=== Dataset records ===
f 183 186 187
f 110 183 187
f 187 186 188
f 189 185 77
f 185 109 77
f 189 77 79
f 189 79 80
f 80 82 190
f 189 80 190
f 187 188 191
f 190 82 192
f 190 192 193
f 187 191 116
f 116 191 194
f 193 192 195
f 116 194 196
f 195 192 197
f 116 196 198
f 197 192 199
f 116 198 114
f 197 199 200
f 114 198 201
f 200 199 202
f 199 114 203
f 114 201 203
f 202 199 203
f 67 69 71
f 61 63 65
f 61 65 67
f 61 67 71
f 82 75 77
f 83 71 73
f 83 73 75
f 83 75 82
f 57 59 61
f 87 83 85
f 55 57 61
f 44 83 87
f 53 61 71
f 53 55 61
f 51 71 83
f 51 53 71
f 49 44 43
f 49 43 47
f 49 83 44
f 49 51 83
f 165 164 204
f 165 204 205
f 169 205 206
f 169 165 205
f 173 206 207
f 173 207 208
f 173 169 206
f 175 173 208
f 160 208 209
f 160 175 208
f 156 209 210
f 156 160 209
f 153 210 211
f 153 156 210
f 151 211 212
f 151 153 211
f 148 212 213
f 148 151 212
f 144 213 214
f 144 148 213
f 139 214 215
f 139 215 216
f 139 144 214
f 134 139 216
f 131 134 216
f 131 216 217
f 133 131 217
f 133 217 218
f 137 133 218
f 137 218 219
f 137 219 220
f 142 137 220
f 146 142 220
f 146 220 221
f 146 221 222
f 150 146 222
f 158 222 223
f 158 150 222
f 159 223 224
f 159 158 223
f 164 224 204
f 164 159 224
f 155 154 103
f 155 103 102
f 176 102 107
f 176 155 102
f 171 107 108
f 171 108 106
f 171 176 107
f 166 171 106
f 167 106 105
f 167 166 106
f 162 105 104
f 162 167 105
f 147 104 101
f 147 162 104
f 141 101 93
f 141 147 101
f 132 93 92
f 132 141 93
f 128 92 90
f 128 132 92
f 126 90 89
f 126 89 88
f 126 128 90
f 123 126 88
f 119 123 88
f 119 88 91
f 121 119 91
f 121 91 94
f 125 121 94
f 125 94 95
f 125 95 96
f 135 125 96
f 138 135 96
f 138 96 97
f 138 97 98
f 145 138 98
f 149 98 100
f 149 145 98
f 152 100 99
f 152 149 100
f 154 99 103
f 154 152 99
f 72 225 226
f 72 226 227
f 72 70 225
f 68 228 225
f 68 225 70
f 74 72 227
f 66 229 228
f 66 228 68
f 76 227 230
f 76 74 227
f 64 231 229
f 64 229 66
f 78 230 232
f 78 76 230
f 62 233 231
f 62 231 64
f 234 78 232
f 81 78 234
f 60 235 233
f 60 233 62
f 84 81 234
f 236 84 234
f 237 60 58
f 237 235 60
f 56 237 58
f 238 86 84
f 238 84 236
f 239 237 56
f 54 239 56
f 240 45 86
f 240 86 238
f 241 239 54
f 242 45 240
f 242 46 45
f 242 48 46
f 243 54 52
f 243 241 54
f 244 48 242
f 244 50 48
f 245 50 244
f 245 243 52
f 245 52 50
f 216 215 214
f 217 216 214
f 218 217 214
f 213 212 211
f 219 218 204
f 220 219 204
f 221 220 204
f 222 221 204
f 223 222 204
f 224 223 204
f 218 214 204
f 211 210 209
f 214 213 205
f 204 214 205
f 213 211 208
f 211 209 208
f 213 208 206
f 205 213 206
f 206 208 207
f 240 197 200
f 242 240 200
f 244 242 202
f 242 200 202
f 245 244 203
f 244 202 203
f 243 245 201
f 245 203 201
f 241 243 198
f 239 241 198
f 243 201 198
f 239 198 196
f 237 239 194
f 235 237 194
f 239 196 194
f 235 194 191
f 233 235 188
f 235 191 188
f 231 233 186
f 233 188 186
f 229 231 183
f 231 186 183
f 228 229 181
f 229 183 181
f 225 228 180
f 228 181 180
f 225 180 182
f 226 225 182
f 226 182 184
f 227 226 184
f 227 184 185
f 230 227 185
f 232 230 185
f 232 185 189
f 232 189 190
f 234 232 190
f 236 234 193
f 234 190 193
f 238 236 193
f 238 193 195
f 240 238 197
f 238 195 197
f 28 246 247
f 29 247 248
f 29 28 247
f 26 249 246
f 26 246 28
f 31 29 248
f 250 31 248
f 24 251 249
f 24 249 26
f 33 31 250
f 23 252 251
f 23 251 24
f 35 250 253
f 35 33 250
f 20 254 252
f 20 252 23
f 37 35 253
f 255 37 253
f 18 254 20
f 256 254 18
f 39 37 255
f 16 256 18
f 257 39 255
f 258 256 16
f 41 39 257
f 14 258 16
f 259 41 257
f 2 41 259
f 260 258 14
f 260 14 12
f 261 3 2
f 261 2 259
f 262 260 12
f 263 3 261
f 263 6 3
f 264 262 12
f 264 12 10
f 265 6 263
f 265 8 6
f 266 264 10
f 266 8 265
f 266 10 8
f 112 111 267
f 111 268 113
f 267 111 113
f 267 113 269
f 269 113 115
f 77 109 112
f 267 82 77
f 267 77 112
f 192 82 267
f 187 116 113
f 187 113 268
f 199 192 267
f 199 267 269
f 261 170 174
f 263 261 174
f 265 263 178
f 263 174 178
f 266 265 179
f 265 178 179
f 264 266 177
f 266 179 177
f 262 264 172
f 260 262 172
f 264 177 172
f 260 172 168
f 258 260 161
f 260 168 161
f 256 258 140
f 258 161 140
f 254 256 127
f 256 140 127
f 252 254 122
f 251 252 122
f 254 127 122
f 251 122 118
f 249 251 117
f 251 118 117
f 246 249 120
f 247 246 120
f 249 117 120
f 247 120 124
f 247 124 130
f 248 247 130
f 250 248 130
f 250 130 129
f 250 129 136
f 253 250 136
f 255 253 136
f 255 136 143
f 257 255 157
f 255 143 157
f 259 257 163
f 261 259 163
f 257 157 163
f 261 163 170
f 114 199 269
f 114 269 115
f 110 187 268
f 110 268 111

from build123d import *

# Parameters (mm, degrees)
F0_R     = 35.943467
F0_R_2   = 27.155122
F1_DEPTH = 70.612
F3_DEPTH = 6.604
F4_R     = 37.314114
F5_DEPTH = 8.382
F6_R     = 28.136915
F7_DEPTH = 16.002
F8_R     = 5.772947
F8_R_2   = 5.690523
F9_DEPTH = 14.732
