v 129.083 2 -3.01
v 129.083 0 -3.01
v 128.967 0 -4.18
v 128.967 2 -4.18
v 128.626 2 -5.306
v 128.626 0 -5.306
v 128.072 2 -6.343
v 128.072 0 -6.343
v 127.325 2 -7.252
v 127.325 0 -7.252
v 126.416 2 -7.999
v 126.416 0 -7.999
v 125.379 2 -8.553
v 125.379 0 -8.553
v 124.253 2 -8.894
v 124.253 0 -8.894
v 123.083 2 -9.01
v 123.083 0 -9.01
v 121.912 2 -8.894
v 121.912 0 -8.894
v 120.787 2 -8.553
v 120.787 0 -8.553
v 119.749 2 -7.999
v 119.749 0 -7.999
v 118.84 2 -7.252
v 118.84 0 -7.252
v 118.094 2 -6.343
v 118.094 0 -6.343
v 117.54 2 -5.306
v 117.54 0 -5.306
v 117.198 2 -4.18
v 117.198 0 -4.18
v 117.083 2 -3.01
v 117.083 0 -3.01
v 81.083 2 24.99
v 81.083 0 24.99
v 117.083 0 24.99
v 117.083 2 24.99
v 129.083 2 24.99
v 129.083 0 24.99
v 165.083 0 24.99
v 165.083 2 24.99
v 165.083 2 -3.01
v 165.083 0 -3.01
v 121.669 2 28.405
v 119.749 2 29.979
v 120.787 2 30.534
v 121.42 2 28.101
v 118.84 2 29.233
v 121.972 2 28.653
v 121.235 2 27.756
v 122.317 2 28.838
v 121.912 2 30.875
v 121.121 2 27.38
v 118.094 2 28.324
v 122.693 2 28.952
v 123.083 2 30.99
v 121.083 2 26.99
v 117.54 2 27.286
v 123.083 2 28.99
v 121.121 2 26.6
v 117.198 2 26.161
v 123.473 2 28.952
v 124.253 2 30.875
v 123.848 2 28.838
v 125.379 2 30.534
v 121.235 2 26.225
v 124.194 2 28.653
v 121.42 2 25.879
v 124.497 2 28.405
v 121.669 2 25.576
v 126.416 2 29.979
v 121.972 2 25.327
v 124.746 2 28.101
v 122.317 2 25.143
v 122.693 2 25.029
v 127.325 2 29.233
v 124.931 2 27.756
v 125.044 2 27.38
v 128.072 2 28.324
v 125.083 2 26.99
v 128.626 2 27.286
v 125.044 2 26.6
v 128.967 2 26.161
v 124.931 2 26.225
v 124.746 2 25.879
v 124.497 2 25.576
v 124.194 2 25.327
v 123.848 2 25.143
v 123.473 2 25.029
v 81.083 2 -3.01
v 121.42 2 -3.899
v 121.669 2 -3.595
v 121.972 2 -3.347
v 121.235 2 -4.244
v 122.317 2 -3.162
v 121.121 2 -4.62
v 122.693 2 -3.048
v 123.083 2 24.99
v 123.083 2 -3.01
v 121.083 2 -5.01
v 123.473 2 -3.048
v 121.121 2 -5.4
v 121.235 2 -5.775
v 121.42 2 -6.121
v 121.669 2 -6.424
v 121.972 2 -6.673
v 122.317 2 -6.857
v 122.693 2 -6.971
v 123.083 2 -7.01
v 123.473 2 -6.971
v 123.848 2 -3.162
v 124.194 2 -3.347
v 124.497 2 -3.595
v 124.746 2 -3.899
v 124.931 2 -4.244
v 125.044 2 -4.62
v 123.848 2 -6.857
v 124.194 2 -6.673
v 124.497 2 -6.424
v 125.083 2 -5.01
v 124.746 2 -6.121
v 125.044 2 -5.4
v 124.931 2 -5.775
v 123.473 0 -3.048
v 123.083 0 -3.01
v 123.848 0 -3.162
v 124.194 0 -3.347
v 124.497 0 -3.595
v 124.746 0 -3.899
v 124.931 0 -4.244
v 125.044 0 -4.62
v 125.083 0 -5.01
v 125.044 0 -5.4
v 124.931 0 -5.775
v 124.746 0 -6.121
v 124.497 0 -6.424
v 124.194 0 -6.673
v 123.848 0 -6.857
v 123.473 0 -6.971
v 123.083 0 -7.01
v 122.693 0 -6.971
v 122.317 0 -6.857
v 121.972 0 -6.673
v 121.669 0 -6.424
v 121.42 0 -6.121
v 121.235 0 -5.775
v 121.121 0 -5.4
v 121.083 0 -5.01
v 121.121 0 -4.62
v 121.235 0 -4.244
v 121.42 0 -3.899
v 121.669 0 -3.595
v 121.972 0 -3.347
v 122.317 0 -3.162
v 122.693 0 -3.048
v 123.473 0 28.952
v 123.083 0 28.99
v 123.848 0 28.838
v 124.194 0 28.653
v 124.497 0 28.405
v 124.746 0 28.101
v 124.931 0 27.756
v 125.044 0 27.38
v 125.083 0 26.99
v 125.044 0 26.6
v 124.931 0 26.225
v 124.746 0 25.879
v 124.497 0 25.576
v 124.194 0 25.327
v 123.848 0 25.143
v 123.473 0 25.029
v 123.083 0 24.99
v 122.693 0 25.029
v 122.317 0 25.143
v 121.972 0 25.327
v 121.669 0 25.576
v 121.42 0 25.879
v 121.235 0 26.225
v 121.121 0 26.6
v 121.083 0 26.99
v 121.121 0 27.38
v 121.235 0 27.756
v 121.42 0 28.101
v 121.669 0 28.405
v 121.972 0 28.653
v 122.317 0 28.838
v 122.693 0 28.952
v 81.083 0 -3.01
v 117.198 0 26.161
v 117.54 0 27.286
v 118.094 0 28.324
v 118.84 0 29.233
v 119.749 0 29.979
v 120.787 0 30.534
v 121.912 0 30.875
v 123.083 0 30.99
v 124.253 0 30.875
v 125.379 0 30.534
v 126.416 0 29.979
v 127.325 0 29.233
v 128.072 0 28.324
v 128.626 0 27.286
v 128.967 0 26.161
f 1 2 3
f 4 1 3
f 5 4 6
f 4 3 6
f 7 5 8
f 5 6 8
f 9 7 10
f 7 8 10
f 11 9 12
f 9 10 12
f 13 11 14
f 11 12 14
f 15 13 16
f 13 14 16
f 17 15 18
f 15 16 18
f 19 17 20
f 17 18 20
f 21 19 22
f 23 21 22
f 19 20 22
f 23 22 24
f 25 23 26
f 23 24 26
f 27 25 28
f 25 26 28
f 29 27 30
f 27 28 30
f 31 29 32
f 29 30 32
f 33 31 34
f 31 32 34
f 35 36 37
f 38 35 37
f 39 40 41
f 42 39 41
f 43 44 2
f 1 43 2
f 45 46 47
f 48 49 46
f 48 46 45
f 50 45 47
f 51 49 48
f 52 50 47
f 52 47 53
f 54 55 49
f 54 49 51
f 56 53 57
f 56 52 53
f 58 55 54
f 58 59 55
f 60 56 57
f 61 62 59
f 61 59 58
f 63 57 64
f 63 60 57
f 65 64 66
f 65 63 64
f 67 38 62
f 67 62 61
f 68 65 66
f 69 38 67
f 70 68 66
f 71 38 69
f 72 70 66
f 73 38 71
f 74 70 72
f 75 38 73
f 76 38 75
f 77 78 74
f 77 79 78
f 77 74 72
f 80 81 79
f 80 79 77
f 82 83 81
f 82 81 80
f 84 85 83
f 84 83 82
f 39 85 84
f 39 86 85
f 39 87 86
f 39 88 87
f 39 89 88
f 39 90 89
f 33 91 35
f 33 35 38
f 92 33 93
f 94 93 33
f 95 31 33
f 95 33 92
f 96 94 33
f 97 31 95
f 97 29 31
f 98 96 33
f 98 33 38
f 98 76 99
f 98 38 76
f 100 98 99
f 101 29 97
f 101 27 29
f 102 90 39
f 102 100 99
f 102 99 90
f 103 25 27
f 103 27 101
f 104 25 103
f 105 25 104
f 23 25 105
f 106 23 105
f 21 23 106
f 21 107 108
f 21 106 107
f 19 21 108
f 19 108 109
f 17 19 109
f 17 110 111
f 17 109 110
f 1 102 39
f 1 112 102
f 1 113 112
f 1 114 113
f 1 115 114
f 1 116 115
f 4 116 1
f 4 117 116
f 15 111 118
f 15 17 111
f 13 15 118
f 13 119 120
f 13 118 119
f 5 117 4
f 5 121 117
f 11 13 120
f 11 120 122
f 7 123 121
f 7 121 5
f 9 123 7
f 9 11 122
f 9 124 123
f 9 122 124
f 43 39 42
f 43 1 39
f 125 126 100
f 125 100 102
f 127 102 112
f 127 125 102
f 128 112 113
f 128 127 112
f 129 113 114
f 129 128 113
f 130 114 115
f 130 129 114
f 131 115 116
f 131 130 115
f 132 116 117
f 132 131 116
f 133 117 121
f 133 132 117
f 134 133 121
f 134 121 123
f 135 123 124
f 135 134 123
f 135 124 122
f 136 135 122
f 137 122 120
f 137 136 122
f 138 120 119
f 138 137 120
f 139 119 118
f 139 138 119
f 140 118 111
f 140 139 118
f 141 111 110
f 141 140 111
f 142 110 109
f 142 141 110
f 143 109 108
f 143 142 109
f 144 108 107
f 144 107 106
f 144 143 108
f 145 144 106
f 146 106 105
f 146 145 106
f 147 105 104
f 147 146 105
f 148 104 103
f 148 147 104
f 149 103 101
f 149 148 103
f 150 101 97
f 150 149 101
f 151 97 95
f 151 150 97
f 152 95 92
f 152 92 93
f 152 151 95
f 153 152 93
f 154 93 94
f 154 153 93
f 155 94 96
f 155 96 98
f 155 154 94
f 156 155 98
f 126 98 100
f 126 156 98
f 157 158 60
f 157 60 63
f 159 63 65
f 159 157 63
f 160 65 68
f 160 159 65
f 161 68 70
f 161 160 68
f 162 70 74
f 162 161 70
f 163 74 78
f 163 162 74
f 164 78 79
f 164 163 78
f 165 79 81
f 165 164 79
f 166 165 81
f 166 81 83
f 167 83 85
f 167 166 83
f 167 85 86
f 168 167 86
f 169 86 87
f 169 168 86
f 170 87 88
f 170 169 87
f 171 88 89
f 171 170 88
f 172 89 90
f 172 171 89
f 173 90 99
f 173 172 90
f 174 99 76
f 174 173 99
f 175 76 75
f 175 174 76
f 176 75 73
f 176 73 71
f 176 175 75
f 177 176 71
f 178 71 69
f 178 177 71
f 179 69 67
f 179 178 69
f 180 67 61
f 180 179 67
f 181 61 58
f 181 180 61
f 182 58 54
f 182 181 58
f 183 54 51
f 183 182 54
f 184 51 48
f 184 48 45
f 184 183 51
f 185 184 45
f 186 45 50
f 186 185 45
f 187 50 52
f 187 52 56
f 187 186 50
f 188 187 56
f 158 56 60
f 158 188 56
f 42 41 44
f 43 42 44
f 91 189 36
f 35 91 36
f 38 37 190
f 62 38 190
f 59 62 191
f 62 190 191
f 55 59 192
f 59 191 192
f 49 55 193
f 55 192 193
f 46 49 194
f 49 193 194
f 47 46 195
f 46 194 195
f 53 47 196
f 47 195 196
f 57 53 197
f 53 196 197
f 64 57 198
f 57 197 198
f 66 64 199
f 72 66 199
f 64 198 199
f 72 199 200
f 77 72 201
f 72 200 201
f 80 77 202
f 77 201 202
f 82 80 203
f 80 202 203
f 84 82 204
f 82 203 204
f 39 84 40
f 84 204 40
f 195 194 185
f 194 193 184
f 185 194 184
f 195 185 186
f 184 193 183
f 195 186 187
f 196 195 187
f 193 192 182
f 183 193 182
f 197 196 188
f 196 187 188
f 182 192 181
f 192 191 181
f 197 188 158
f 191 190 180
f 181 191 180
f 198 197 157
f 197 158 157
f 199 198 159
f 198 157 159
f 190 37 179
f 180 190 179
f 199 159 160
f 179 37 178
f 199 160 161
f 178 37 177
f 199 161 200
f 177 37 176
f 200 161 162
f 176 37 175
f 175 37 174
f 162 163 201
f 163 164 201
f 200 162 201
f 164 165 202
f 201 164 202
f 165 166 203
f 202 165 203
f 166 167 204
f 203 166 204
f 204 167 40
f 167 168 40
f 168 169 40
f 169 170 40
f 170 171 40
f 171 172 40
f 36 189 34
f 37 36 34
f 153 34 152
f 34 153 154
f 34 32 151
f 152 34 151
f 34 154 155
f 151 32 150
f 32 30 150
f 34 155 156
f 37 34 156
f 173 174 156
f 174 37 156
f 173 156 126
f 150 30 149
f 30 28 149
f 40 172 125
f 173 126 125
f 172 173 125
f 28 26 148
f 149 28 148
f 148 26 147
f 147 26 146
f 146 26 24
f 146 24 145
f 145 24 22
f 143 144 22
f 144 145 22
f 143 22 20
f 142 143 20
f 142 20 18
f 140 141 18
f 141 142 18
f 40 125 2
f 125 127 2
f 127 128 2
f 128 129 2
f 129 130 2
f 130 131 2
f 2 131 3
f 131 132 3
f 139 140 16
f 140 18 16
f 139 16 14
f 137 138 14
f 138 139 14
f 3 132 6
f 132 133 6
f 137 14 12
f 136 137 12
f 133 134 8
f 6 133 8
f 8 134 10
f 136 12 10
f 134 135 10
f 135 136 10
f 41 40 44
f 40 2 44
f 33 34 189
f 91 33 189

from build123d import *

# Parameters (mm, degrees)
SKETCH1_R           = 2
BOSS_EXTRUDE1_DEPTH = 2


with BuildPart() as part:
    # Sketch1 → Boss-Extrude1 (new body)
    with BuildSketch(Plane(origin=(0, 0, 0), x_dir=(1, 0, 0), z_dir=(0, 1, 0))):
        with BuildLine():
            Line((165.082783055, -24.990305924), (165.082783055, 3.009694076))
            Line((165.082783055, 3.009694076), (129.082783055, 3.009694076))
            ThreePointArc((129.082783055, 3.009694076), (123.082783055, 9.009694076), (117.082783055, 3.009694076))
            Line((117.082783055, 3.009694076), (81.082783055, 3.009694076))
            Line((81.082783055, 3.009694076), (81.082783055, -24.990305924))
            Line((81.082783055, -24.990305924), (117.082783055, -24.990305924))
            ThreePointArc((117.082783055, -24.990305924), (123.082783055, -30.990305924), (129.082783055, -24.990305924))
            Line((129.082783055, -24.990305924), (165.082783055, -24.990305924))
        make_face()
        with Locations(Location((123.082783055, 5.009694076, 0), (0, 0, 270))):
            Circle(SKETCH1_R, mode=Mode.SUBTRACT)
        with Locations(Location((123.082783055, -26.990305924, 0), (0, 0, 270))):
            Circle(SKETCH1_R, mode=Mode.SUBTRACT)
    extrude(amount=BOSS_EXTRUDE1_DEPTH)


solid = part.part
===
**Task requirements**
From the entries above, give again exactly the lines running from the line with "f 153 156 210" to the line with "f 121 119 91"; include both of those lines.

**Reply**
f 153 156 210
f 151 211 212
f 151 153 211
f 148 212 213
f 148 151 212
f 144 213 214
f 144 148 213
f 139 214 215
f 139 215 216
f 139 144 214
f 134 139 216
f 131 134 216
f 131 216 217
f 133 131 217
f 133 217 218
f 137 133 218
f 137 218 219
f 137 219 220
f 142 137 220
f 146 142 220
f 146 220 221
f 146 221 222
f 150 146 222
f 158 222 223
f 158 150 222
f 159 223 224
f 159 158 223
f 164 224 204
f 164 159 224
f 155 154 103
f 155 103 102
f 176 102 107
f 176 155 102
f 171 107 108
f 171 108 106
f 171 176 107
f 166 171 106
f 167 106 105
f 167 166 106
f 162 105 104
f 162 167 105
f 147 104 101
f 147 162 104
f 141 101 93
f 141 147 101
f 132 93 92
f 132 141 93
f 128 92 90
f 128 132 92
f 126 90 89
f 126 89 88
f 126 128 90
f 123 126 88
f 119 123 88
f 119 88 91
f 121 119 91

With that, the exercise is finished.